We need to do a little bit more processing to make this useful. First, we need to pick pairs of columns from the eight-tuple. We can select pair of columns with a function, as shown in the following command snippet:

from typing import Tuple, cast

Pair = Tuple[str, str]
def series(
        n: int, row_iter: Iterable[List[Text]]
    ) -> Iterator[Pair]:
    for row in row_iter:
        yield cast(Pair, tuple(row[n*2:n*2+2]))

This function picks two adjacent columns based on a number between 0 and 3. It creates a tuple object from those two columns. The cast() function is a type hint to inform the mypy tool that the result will be a two-tuple where both items are strings. This is required because it's difficult for the mypy tool to determine that the expression tuple(row[n*2:n*2+2]) will select exactly two elements from the row collection.

We can now create a tuple-of-tuples collection, as follows:

with open("Anscombe.txt") as source:
    data = tuple(head_split_fixed(row_iter(source)))
    sample_I = tuple(series(0, data))
    sample_II = tuple(series(1, data))
    sample_III = tuple(series(2, data))
    sample_IV = tuple(series(3, data))

We applied the tuple() function to a composite function based on the head_split_fixed() and row_iter() methods. This will create an object that we can reuse in several other functions. If we don't materialize a tuple object, only the first sample will have any data. After that, the source iterator will be exhausted and all other attempts to access it would yield empty sequences.

The series() function will pick pairs of items to create the Pair objects. Again, we applied an overall tuple() function to materialize the resulting tuple-of-named tuple sequences so that we can do further processing on each one.

The sample_I sequence looks as follows:

(('10.0', '8.04'), ('8.0', '6.95'), ('13.0', '7.58'), 
('9.0', '8.81'), ('11.0', '8.33'), ('14.0', '9.96'), 
('6.0', '7.24'), ('4.0', '4.26'), ('12.0', '10.84'), 
('7.0', '4.82'), ('5.0', '5.68'))

The other three sequences are similar in structure. The values, however, are quite different.

The final thing we'll need to do is create proper numeric values from the strings that we've accumulated so that we can compute some statistical summary values. We can apply the float() function conversion as the last step. There are many alternative places to apply the float() function, and we'll look at some choices in Chapter 5, Higher Order Functions.

Here is an example describing the usage of the float() function:

mean = (
    sum(float(pair[1]) for pair in sample_I) / len(sample_I)
)

This will provide the mean of the y value in each two-tuple. We can gather a number of statistics as follows:

for subset in sample_I, sample_II, sample_III, sample_III:
    mean = (
        sum(float(pair[1]) for pair in subset)/len(subset)
    )
    print(mean)

We computed a mean for the y values in each two-tuple built from the source database. We created a common tuple of the namedtuple class structure so that we can have reasonably clear references to members of the source dataset. Using pair[1] can be an obscure way to reference a data item. In Chapter 7, Additional Tuple Techniques, we'll use named tuples to simplify references to items within a complex tuple.
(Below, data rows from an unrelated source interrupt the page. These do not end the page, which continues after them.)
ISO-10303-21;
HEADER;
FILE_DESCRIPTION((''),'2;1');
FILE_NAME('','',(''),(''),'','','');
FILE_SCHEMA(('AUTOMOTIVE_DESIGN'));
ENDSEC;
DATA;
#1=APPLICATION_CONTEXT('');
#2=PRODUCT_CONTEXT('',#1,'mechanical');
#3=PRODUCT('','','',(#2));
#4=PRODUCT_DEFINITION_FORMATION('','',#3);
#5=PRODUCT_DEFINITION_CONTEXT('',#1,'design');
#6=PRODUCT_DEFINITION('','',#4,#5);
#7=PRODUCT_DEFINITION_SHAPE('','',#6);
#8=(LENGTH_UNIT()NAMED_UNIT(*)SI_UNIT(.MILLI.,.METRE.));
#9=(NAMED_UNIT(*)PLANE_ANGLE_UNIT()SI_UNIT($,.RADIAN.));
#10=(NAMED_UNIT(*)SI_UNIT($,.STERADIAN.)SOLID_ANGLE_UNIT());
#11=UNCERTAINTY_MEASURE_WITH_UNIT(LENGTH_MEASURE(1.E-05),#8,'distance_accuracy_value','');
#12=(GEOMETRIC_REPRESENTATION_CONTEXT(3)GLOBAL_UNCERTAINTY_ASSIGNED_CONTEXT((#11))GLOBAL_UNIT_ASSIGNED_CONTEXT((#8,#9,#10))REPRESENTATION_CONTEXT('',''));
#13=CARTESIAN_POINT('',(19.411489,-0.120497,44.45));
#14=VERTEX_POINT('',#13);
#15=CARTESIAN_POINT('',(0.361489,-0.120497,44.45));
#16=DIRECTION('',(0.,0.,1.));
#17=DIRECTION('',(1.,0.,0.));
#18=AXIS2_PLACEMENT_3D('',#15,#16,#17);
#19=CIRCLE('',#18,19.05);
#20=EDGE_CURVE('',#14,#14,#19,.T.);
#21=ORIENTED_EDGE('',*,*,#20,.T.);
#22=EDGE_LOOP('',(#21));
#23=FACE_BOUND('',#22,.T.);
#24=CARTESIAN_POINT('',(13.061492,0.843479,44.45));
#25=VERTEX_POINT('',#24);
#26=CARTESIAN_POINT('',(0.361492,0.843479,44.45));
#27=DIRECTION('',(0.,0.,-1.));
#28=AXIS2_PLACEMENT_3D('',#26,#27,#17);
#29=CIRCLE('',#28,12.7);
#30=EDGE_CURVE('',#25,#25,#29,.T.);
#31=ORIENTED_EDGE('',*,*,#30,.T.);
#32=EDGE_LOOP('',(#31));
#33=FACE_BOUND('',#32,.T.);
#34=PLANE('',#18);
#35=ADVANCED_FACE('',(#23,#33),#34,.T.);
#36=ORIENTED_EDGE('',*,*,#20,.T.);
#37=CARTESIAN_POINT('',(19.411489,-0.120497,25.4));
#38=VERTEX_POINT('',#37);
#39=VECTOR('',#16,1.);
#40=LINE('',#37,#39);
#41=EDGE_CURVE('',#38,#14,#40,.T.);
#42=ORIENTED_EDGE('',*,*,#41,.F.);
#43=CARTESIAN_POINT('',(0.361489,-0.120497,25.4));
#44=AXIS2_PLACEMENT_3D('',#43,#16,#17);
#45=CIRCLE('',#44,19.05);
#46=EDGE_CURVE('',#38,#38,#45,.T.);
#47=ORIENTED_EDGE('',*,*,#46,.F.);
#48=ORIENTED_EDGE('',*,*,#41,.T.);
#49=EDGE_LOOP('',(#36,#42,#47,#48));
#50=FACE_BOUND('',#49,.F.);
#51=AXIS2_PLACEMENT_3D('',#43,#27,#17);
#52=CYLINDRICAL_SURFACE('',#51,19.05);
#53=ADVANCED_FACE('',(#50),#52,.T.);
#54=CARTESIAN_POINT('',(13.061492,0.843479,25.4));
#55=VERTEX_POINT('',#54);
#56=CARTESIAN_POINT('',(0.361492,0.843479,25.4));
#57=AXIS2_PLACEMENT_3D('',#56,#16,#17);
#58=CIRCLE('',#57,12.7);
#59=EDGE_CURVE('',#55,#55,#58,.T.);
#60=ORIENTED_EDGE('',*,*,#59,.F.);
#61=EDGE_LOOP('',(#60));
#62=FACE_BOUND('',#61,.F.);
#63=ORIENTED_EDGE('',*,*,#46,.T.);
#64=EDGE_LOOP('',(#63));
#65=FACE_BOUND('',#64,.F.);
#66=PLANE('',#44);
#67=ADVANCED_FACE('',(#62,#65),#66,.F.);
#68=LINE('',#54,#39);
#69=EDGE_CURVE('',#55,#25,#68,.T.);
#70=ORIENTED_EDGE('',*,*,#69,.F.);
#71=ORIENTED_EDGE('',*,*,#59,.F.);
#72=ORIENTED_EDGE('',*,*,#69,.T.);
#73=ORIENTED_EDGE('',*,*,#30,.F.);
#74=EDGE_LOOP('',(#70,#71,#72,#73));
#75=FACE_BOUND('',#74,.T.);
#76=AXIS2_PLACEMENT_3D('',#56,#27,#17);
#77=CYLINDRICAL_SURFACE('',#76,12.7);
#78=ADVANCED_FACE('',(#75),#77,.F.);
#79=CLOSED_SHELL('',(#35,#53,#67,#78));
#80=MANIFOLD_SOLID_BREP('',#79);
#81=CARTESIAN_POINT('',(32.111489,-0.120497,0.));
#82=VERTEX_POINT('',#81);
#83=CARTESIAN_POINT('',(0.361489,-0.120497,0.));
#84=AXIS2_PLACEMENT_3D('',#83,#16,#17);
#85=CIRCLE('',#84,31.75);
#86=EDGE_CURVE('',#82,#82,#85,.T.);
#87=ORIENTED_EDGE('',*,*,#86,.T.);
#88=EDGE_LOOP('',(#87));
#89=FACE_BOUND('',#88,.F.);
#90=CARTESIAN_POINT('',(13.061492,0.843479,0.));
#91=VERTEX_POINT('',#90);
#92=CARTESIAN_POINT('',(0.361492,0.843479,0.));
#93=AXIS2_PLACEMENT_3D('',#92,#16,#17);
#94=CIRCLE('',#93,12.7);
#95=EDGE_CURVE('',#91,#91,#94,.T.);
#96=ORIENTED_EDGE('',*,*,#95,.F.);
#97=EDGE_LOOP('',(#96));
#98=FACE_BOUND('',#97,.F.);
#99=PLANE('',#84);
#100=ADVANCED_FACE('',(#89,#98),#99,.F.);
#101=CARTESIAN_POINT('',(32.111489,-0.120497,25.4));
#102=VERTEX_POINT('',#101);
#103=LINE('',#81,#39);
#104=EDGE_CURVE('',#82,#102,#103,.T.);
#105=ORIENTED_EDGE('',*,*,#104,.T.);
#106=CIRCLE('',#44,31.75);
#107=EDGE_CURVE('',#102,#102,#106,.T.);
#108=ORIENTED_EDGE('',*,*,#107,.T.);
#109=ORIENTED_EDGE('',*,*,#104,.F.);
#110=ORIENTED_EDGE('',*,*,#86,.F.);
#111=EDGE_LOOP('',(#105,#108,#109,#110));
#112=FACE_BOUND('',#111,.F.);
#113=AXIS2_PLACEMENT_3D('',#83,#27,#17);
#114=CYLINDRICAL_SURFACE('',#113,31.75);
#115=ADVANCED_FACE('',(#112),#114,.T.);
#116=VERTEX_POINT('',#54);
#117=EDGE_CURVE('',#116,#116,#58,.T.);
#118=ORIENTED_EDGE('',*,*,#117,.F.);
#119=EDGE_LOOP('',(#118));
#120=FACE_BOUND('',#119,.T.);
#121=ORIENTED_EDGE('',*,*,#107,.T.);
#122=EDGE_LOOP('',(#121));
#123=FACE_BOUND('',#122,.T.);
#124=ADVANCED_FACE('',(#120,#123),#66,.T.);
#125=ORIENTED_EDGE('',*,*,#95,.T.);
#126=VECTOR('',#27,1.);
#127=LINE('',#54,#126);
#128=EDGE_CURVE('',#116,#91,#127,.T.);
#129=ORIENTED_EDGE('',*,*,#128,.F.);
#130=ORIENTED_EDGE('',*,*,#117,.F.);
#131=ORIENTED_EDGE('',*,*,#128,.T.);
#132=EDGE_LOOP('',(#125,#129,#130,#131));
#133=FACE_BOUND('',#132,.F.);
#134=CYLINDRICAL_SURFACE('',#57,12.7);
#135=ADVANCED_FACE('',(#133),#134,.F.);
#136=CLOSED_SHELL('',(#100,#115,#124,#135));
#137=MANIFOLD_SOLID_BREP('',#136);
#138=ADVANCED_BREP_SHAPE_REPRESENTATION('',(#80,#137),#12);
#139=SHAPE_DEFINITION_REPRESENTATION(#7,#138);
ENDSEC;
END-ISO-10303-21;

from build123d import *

# Parameters (mm, degrees)
F0_R     = 31.75
F1_DEPTH = 25.4
F2_R     = 19.05
F3_DEPTH = 19.05
F4_R     = 12.7
F5_DEPTH = 25.4
F6_DEPTH = 25.4


with BuildPart() as f1:
    # F0 (on Top) → F1 (new body)
    with BuildSketch(Plane.XY):
        with Locations((0.361489, -0.120497)):
            Circle(F0_R)
    extrude(amount=F1_DEPTH)

    # F4 (on face) → F5 (cut)
    with BuildSketch(Plane.XY.offset(25.4)):
        with Locations((0.361492, 0.843479)):
            Circle(F4_R)
    extrude(amount=-F5_DEPTH, mode=Mode.SUBTRACT)


with BuildPart() as f3:
    # F2 (on face) → F3 (new body)
    with BuildSketch(Plane.XY.offset(25.4)):
        with Locations((0.361489, -0.120497)):
            Circle(F2_R)
    extrude(amount=F3_DEPTH)

    # F4 (on face) → F6 (cut)
    with BuildSketch(Plane.XY.offset(25.4)):
        with Locations((0.361492, 0.843479)):
            Circle(F4_R)
    extrude(amount=F6_DEPTH, mode=Mode.SUBTRACT)


solid = Compound([f1.part, f3.part])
To reduce memory use-and increase performance we prefer to use generator expressions and functions as much as possible. These iterate through collections in a lazy (or non-strict) manner, computing values only when required. Since iterators can only be used once, we're sometimes forced to materialize a collection as a tuple (or list) object. Materializing a collection costs memory and time, so we do it reluctantly.

Programmers familiar with Clojure can match Python's lazy generators with the lazy-seq and lazy-cat functions. The idea is that we can specify a potentially infinite sequence, but only take values from it as needed.